I recently read a question put forward on Twitter by UK photographer Greg Whitton, he asked: "How important has Twitter been in your development as a photographer?"...the responses were varied with some stating it was a good source of inspiration, a good place to network and be exposed to others work, whilst some questioned how Twitter or social media could play any part in development or that it was perhaps too much of a 'thumbs up' atmosphere with not enough critical analysis.

I can see all points and for each photographer they are valid in their own right, for me the key word was development. It's at this point I'd like to play the 'music card', some of you know that's my other life outside of photography and I can't help drawing a parallel here that I believe is relevant. For many, Jazz as we know it is a melting pot of historical developments that were honed in the jazz clubs of the USA in the 1920's, 30's, 40's and beyond. Throughout this time period players grew the genre through exploration of new boundaries, however when deconstructed these were firmly based on, and influenced by, their peer groups, mentors and musical heroes of the day. Their 'Twitter' was much more hands-on and was hours and hours playing together in smoky nightclubs for little or no money; bouncing off each other, learning from each other, soaking in other peoples sounds, ideas and motifs and re-imagining them with their own twist. Sometimes consciously and no doubt sub-consciously as well, in the same way a baby learns to speak or learns the tone of language, you cannot help but take on influences from your surroundings (personal and online), it's human nature.

Take the great footballers of Pele, Messi, Maradona etc...none of them learned to play and develop in silo, it was through interaction with other players, their peers or heroes. Watching someone turn this way or that, using a trick and finding a different way to integrate that into their football vocabulary. Is Twitter perhaps a modern day breeding ground of inspiration? Or better still should it be regarded as a gateway to creative exposure? Perhaps, albeit littered with it's own foibles in the same way any public group dynamic will create.

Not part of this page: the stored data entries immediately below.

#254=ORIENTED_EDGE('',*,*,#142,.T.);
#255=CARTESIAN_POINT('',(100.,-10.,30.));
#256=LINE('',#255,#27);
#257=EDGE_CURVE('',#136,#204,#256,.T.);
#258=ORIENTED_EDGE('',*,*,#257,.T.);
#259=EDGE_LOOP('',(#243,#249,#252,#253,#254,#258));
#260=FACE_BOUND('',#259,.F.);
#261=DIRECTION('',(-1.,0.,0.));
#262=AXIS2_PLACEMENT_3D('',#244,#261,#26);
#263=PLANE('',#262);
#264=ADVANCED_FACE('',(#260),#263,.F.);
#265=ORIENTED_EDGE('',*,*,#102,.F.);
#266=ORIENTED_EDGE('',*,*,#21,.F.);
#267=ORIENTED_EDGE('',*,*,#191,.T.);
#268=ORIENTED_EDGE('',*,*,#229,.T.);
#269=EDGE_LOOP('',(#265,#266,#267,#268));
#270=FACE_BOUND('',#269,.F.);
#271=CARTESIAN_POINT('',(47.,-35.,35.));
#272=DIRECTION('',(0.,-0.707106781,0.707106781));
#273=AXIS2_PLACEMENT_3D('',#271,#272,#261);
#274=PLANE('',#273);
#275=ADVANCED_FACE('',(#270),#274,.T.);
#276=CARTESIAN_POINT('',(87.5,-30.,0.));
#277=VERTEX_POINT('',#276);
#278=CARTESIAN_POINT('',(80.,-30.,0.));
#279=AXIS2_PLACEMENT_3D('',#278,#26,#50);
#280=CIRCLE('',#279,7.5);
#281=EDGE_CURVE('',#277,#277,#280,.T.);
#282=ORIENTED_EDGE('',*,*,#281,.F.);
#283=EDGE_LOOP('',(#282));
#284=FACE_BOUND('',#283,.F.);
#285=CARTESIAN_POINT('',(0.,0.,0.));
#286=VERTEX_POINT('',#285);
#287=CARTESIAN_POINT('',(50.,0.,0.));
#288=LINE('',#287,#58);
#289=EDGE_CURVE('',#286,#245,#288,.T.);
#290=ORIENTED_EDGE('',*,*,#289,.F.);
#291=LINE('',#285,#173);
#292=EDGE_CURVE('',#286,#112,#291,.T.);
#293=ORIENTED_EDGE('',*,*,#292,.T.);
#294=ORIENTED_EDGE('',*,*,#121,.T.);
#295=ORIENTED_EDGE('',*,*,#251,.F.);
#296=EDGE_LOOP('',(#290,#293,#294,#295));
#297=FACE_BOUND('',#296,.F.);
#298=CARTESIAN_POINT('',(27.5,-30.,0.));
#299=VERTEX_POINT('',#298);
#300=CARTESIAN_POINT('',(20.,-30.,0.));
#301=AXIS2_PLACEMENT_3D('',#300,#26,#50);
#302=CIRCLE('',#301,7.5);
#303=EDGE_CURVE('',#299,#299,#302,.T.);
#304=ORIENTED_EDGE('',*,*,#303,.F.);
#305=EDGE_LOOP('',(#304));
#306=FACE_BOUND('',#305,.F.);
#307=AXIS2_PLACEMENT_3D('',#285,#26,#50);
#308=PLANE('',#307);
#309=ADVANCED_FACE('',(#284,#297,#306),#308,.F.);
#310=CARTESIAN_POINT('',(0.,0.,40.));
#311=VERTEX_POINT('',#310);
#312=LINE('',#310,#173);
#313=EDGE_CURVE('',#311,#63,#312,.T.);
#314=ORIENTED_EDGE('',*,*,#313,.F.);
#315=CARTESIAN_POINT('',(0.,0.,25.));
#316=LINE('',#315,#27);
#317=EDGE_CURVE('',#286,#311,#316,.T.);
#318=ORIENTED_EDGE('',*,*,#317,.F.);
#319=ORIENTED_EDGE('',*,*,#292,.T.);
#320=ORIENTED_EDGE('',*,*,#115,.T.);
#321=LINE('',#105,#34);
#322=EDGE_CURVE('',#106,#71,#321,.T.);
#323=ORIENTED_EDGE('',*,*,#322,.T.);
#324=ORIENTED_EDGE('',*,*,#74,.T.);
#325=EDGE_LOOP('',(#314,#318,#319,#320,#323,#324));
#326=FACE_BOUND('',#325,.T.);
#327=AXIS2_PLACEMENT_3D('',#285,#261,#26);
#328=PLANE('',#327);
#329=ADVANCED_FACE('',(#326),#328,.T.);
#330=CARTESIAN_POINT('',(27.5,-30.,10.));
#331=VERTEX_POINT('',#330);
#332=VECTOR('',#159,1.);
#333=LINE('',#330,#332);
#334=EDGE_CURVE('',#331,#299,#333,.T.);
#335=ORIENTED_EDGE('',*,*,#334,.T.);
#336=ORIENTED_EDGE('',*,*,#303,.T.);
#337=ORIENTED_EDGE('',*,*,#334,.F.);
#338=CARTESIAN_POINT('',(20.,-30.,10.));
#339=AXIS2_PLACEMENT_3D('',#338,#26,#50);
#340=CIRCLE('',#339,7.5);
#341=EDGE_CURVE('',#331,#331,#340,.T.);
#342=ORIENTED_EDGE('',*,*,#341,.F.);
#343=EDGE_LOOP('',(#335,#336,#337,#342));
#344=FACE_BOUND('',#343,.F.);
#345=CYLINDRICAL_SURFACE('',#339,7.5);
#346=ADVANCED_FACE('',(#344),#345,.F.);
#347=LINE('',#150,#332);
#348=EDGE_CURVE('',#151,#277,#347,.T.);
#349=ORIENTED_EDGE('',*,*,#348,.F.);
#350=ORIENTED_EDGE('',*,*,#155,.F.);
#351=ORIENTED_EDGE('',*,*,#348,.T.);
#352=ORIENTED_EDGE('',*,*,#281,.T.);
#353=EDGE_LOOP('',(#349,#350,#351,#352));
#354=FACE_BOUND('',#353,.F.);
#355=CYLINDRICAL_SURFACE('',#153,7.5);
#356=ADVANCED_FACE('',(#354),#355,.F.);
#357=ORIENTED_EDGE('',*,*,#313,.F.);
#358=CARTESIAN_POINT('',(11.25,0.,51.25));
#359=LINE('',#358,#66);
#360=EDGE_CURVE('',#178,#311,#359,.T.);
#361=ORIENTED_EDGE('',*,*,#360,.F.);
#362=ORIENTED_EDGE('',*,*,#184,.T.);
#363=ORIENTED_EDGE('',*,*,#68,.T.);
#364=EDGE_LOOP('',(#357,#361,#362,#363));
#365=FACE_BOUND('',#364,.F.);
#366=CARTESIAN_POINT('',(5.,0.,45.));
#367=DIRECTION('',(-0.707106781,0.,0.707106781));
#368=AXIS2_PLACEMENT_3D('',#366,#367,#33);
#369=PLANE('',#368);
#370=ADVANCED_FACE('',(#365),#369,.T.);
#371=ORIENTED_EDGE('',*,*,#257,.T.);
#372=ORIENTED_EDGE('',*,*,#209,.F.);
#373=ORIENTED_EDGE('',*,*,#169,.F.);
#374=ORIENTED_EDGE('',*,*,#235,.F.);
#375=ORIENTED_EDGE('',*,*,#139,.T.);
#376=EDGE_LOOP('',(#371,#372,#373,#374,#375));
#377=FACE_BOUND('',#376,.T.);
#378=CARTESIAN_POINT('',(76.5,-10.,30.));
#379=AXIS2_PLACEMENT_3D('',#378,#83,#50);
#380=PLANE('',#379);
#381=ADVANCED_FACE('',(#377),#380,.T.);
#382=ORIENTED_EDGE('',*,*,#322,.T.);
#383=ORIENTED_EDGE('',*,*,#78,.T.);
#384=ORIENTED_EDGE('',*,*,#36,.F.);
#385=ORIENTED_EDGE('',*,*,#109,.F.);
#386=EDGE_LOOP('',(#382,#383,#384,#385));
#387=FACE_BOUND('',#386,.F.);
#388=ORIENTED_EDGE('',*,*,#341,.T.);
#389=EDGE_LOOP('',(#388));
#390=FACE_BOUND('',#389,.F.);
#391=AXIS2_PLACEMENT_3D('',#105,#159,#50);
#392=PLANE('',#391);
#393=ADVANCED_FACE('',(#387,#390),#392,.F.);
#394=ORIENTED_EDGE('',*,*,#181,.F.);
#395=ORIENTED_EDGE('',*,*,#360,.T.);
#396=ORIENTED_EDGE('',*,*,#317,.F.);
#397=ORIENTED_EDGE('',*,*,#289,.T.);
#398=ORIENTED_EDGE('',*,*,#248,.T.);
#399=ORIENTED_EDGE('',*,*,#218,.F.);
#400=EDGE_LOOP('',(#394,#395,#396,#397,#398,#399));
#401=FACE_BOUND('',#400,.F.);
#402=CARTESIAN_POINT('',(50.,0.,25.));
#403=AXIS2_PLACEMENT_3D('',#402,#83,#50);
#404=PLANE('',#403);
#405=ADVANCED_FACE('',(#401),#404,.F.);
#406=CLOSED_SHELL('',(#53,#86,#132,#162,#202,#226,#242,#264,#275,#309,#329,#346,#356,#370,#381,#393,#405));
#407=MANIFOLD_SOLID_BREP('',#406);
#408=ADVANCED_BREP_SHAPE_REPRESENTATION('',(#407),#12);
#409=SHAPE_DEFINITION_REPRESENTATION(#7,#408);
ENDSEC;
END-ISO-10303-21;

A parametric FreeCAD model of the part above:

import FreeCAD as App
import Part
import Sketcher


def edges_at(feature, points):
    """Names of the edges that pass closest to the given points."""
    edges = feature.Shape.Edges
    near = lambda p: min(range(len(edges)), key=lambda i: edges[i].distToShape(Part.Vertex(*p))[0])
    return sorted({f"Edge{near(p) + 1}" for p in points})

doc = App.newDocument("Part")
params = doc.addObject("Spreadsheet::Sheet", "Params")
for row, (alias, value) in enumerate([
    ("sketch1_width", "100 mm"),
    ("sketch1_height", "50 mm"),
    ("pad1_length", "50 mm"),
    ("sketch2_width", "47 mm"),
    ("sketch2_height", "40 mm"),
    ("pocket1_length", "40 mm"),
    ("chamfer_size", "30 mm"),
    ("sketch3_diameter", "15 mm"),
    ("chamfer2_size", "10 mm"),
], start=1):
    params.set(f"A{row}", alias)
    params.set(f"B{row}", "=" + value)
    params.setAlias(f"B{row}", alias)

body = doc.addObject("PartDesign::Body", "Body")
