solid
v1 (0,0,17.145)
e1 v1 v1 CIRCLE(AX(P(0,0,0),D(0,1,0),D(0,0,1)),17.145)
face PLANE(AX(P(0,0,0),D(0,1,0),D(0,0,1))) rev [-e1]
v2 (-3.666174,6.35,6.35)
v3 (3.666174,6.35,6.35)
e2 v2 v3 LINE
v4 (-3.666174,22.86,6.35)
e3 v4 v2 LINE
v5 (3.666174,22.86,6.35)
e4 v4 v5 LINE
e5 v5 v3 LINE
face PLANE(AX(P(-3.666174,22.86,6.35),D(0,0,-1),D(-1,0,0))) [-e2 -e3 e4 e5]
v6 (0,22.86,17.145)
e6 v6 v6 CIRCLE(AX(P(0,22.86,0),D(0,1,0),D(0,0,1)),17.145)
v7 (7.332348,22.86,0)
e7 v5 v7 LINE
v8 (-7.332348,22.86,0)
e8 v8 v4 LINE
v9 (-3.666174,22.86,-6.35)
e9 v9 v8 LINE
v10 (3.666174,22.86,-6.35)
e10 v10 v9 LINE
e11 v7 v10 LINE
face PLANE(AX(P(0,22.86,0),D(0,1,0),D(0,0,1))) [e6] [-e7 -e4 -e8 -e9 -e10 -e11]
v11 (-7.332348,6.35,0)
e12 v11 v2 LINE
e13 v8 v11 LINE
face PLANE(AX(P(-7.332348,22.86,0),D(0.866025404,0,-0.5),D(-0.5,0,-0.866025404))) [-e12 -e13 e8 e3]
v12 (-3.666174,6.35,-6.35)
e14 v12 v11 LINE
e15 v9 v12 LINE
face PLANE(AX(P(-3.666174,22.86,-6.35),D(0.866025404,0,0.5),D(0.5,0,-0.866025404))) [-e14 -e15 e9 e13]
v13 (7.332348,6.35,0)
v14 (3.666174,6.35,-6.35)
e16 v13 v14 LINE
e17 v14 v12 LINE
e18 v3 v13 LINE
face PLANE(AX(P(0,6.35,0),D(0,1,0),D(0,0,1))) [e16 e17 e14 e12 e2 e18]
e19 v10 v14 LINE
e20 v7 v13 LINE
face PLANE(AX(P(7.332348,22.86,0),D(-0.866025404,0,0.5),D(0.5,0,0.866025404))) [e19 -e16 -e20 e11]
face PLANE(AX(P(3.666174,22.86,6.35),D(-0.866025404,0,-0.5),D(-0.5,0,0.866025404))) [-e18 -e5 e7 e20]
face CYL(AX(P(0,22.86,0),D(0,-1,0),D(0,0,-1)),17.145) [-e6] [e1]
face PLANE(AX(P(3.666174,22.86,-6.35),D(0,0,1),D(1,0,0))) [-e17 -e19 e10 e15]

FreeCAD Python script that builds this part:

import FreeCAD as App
import Part
import Sketcher
from FreeCAD import Vector
Q = App.Units.Quantity


def add_polygon(sketch, points):
    """Adds a closed chain of lines whose ends are joined by coincident constraints."""
    first, n = sketch.GeometryCount, len(points)
    for a, b in zip(points, points[1:] + points[:1]):
        sketch.addGeometry(Part.LineSegment(App.Vector(*a, 0), App.Vector(*b, 0)), False)
    for i in range(n):
        sketch.addConstraint(Sketcher.Constraint("Coincident", first + i, 2, first + (i + 1) % n, 1))

doc = App.newDocument("Part")
body = doc.addObject("PartDesign::Body", "Body")

# Sketch on XZ plane
sketch1 = body.newObject("Sketcher::SketchObject", "Sketch")
sketch1.AttachmentSupport = (doc.getObject("XZ_Plane"), [""])
sketch1.MapMode = "FlatFace"
sketch1.addGeometry(Part.Circle(Vector(0, 0, 0), Vector(0, 0, 1), 17), False)  # 0
add_polygon(sketch1, [(4, -6), (7, 0), (4, 6), (-4, 6), (-7, 0), (-4, -6)])  # lines 1-6
sketch1.addConstraint(Sketcher.Constraint("Horizontal", 3))
sketch1.addConstraint(Sketcher.Constraint("Horizontal", 6))
sketch1.addConstraint(Sketcher.Constraint("Coincident", 0, 3, -1, 1))
sketch1.addConstraint(Sketcher.Constraint("Symmetric", 1, 2, 4, 2, -1, 1))
sketch1.addConstraint(Sketcher.Constraint("Symmetric", 2, 2, 5, 2, -1, 1))
sketch1.addConstraint(Sketcher.Constraint("PointOnObject", 1, 2, -1))
sketch1.addConstraint(Sketcher.Constraint("Parallel", 1, 4))
sketch1.addConstraint(Sketcher.Constraint("Vertical", 3, 2, 5, 2))
sketch1.addConstraint(Sketcher.Constraint("Diameter", 0, Q("1.35 in")))
sketch1.addConstraint(Sketcher.Constraint("Angle", 1, Q("60 deg")))
sketch1.addConstraint(Sketcher.Constraint("DistanceY", 5, 2, 3, 2, Q("0.5 in")))
sketch1.addConstraint(Sketcher.Constraint("DistanceX", 3, 2, 3, 1, 7.332348))
pad1 = body.newObject("PartDesign::Pad", "Pad")
pad1.Profile = sketch1
pad1.Length = Q("0.9 in")
pad1.Reversed = True

# Sketch on XZ plane
sketch2 = body.newObject("Sketcher::SketchObject", "Sketch001")
sketch2.AttachmentSupport = (doc.getObject("XZ_Plane"), [""])
sketch2.MapMode = "FlatFace"
add_polygon(sketch2, [(-4, 6), (4, 6), (7, 0), (4, -6), (-4, -6), (-7, 0)])  # lines 0-5
sketch2.addConstraint(Sketcher.Constraint("Horizontal", 0))
sketch2.addConstraint(Sketcher.Constraint("Horizontal", 3))
sketch2.addConstraint(Sketcher.Constraint("Symmetric", 0, 2, 3, 2, -1, 1))
sketch2.addConstraint(Sketcher.Constraint("Symmetric", 1, 2, 4, 2, -1, 1))
sketch2.addConstraint(Sketcher.Constraint("PointOnObject", 1, 2, -1))
sketch2.addConstraint(Sketcher.Constraint("Parallel", 2, 5))
sketch2.addConstraint(Sketcher.Constraint("Vertical", 0, 2, 2, 2))
sketch2.addConstraint(Sketcher.Constraint("Angle", 1, Q("-60 deg")))
sketch2.addConstraint(Sketcher.Constraint("DistanceY", 2, 2, 0, 2, Q("0.5 in")))
sketch2.addConstraint(Sketcher.Constraint("DistanceX", 0, 1, 0, 2, 7.332348))
pad2 = body.newObject("PartDesign::Pad", "Pad001")
pad2.Profile = sketch2
pad2.Length = Q("0.25 in")
pad2.Reversed = True

doc.recompute()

I've made the comparison before that in music there are only a finite series of notes (12), in theory this sets a limit on the possibilities, but think about what a wide variety of music there has been through the ages, from Jazz to Death Metal and everything in between...all based on those 12 notes. However it's certain to say that to the educated ear patterns and inspirations can be seen across genres, this is not bad, but purely natural.

So what happens in music or photography when someone uses a very similar 'phrase' or structure of 'notes', or plays different ones in a very similar way to another? I feel like I bumped into this sub-consciously and then very consciously just a few days ago...

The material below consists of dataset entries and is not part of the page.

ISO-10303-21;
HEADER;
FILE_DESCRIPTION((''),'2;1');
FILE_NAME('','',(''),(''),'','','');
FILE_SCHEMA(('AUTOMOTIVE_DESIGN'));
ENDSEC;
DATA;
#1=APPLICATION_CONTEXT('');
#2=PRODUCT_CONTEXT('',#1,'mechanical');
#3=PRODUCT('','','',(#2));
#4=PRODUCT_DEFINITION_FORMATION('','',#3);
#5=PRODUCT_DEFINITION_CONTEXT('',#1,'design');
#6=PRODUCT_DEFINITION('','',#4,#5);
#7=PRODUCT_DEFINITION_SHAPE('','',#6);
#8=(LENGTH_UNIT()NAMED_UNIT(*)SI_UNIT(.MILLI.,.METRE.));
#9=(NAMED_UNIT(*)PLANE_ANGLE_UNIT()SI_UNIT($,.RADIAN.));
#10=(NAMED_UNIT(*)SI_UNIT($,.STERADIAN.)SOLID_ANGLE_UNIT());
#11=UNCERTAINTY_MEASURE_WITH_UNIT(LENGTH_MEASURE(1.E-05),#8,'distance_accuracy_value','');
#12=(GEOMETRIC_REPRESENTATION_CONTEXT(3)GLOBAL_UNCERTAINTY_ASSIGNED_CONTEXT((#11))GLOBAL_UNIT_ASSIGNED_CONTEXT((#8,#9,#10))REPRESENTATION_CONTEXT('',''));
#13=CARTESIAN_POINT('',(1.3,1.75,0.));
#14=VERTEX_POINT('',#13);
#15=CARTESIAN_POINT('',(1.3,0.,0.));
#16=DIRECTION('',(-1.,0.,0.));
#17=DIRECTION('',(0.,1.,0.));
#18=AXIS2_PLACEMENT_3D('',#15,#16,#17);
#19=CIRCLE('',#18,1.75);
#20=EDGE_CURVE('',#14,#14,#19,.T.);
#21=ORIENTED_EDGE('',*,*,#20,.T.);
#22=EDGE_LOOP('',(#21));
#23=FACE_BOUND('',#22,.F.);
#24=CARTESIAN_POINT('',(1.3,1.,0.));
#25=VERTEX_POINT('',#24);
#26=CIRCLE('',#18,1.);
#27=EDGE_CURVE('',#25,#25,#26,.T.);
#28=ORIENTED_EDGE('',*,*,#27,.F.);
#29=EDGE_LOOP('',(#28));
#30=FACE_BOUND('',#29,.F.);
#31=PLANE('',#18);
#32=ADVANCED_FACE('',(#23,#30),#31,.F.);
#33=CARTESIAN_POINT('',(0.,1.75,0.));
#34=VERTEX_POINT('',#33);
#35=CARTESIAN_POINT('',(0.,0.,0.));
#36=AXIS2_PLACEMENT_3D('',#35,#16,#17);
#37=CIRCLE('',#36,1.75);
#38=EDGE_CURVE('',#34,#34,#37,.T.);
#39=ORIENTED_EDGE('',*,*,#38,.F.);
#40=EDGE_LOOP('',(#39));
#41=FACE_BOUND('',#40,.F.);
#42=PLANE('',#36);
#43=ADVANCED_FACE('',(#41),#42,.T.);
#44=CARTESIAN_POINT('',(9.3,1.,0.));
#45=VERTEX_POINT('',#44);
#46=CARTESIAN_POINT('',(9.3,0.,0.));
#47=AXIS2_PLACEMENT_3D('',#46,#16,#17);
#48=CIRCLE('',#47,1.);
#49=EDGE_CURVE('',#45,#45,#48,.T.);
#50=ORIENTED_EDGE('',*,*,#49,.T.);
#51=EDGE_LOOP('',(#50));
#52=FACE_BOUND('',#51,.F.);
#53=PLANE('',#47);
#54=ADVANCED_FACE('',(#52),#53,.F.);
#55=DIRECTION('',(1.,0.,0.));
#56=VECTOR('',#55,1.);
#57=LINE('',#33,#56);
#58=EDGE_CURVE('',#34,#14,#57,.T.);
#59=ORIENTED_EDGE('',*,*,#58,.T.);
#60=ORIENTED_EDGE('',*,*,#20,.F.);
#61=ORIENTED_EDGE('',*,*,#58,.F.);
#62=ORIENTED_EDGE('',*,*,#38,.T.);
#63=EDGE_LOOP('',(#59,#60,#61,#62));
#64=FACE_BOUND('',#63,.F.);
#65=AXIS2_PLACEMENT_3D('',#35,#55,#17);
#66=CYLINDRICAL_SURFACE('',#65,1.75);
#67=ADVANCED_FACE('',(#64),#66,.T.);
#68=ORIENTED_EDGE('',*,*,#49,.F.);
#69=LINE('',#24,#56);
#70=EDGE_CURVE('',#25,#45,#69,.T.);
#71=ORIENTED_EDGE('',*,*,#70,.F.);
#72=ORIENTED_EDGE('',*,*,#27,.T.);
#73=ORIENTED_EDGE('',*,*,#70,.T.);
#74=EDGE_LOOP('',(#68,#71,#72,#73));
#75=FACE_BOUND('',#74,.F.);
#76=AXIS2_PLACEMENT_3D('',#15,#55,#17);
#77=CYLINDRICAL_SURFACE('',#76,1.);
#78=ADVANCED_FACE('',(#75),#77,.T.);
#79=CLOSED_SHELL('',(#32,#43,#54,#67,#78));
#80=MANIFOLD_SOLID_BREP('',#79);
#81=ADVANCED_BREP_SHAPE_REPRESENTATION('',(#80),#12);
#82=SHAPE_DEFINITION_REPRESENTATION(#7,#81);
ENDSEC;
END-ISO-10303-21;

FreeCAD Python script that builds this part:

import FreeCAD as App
import Part
import Sketcher
from FreeCAD import Vector
Q = App.Units.Quantity


def add_polygon(sketch, points):
    """Adds a closed chain of lines whose ends are joined by coincident constraints."""
    first, n = sketch.GeometryCount, len(points)
    for a, b in zip(points, points[1:] + points[:1]):
        sketch.addGeometry(Part.LineSegment(App.Vector(*a, 0), App.Vector(*b, 0)), False)
    for i in range(n):
        sketch.addConstraint(Sketcher.Constraint("Coincident", first + i, 2, first + (i + 1) % n, 1))

doc = App.newDocument("Part")
params = doc.addObject("Spreadsheet::Sheet", "Params")
for row, (alias, value) in enumerate([
    ("sketch1_width", "8 mm"),
    ("sketch1_height", "1 mm"),
    ("sketch1_width2", "1.3 mm"),
    ("sketch1_height2", "1.75 mm"),
    ("revolution_angle", "360 deg"),
], start=1):
    params.set(f"A{row}", alias)
    params.set(f"B{row}", "=" + value)
    params.setAlias(f"B{row}", alias)

body = doc.addObject("PartDesign::Body", "Body")

# Sketch on XY plane
sketch1 = doc.addObject("Sketcher::SketchObject", "Sketch")
body.addObject(sketch1)
sketch1.AttachmentSupport = (doc.XY_Plane, [""])
sketch1.MapMode = "FlatFace"
add_polygon(sketch1, [(0, 1.8), (0, 0), (9.3, 0), (9.3, 1), (1.3, 1), (1.3, 1.8)])  # lines 0-5
sketch1.addConstraint([
    Sketcher.Constraint("Vertical", 0),
    Sketcher.Constraint("Horizontal", 1),
    Sketcher.Constraint("Vertical", 2),
    Sketcher.Constraint("Horizontal", 3),
    Sketcher.Constraint("Vertical", 4),
    Sketcher.Constraint("Horizontal", 5),
    Sketcher.Constraint("Coincident", 0, 2, -1, 1),
    Sketcher.Constraint("DistanceX", 3, 2, 3, 1, Q("8 mm")),
    Sketcher.Constraint("DistanceY", 2, 1, 2, 2, Q("1 mm")),
    Sketcher.Constraint("DistanceX", 5, 2, 5, 1, Q("1.3 mm")),
    Sketcher.Constraint("DistanceY", 0, 2, 0, 1, Q("1.75 mm")),
])
sketch1.setExpression("Constraints[13]", "Params.sketch1_width")
sketch1.setExpression("Constraints[14]", "Params.sketch1_height")
sketch1.setExpression("Constraints[15]", "Params.sketch1_width2")
sketch1.setExpression("Constraints[16]", "Params.sketch1_height2")
revolution = doc.addObject("PartDesign::Revolution", "Revolution")
body.addObject(revolution)
revolution.Profile = sketch1
revolution.ReferenceAxis = (sketch1, ["H_Axis"])
revolution.setExpression("Angle", "Params.revolution_angle")

doc.recompute()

The above image was taken locally (Bucks) and I'm going to come straight out and say this is a definite case of Twitter influence. It was through Twitter that I first came across the work of Finn Hopson, who is well known for a wide range of work and for many he's best known for his 'South Downs Collection' and within that his 'Fieldwork' series. I've subsequently seen Finns work in Outdoor Photography magazine and no doubt other literature, he has a very impressive and enjoyable portfolio of work that I would recommend you check out.

Part of me was nervous to even make a connection or indeed write this blog, because it's important to state that in no way did I set out to re-create or copy Finns work, nor do I feel it is of a similar stature. Not only would it be futile to imitate the work of anyone else, as a copy is always a poor 2nd place (think of seeing a cover band vs the original!), but in fact one aspect of photography that strikes fear into me above all is feeling like my images could ever look directly similar to others. In fact this often makes me shy away from commonly known locations.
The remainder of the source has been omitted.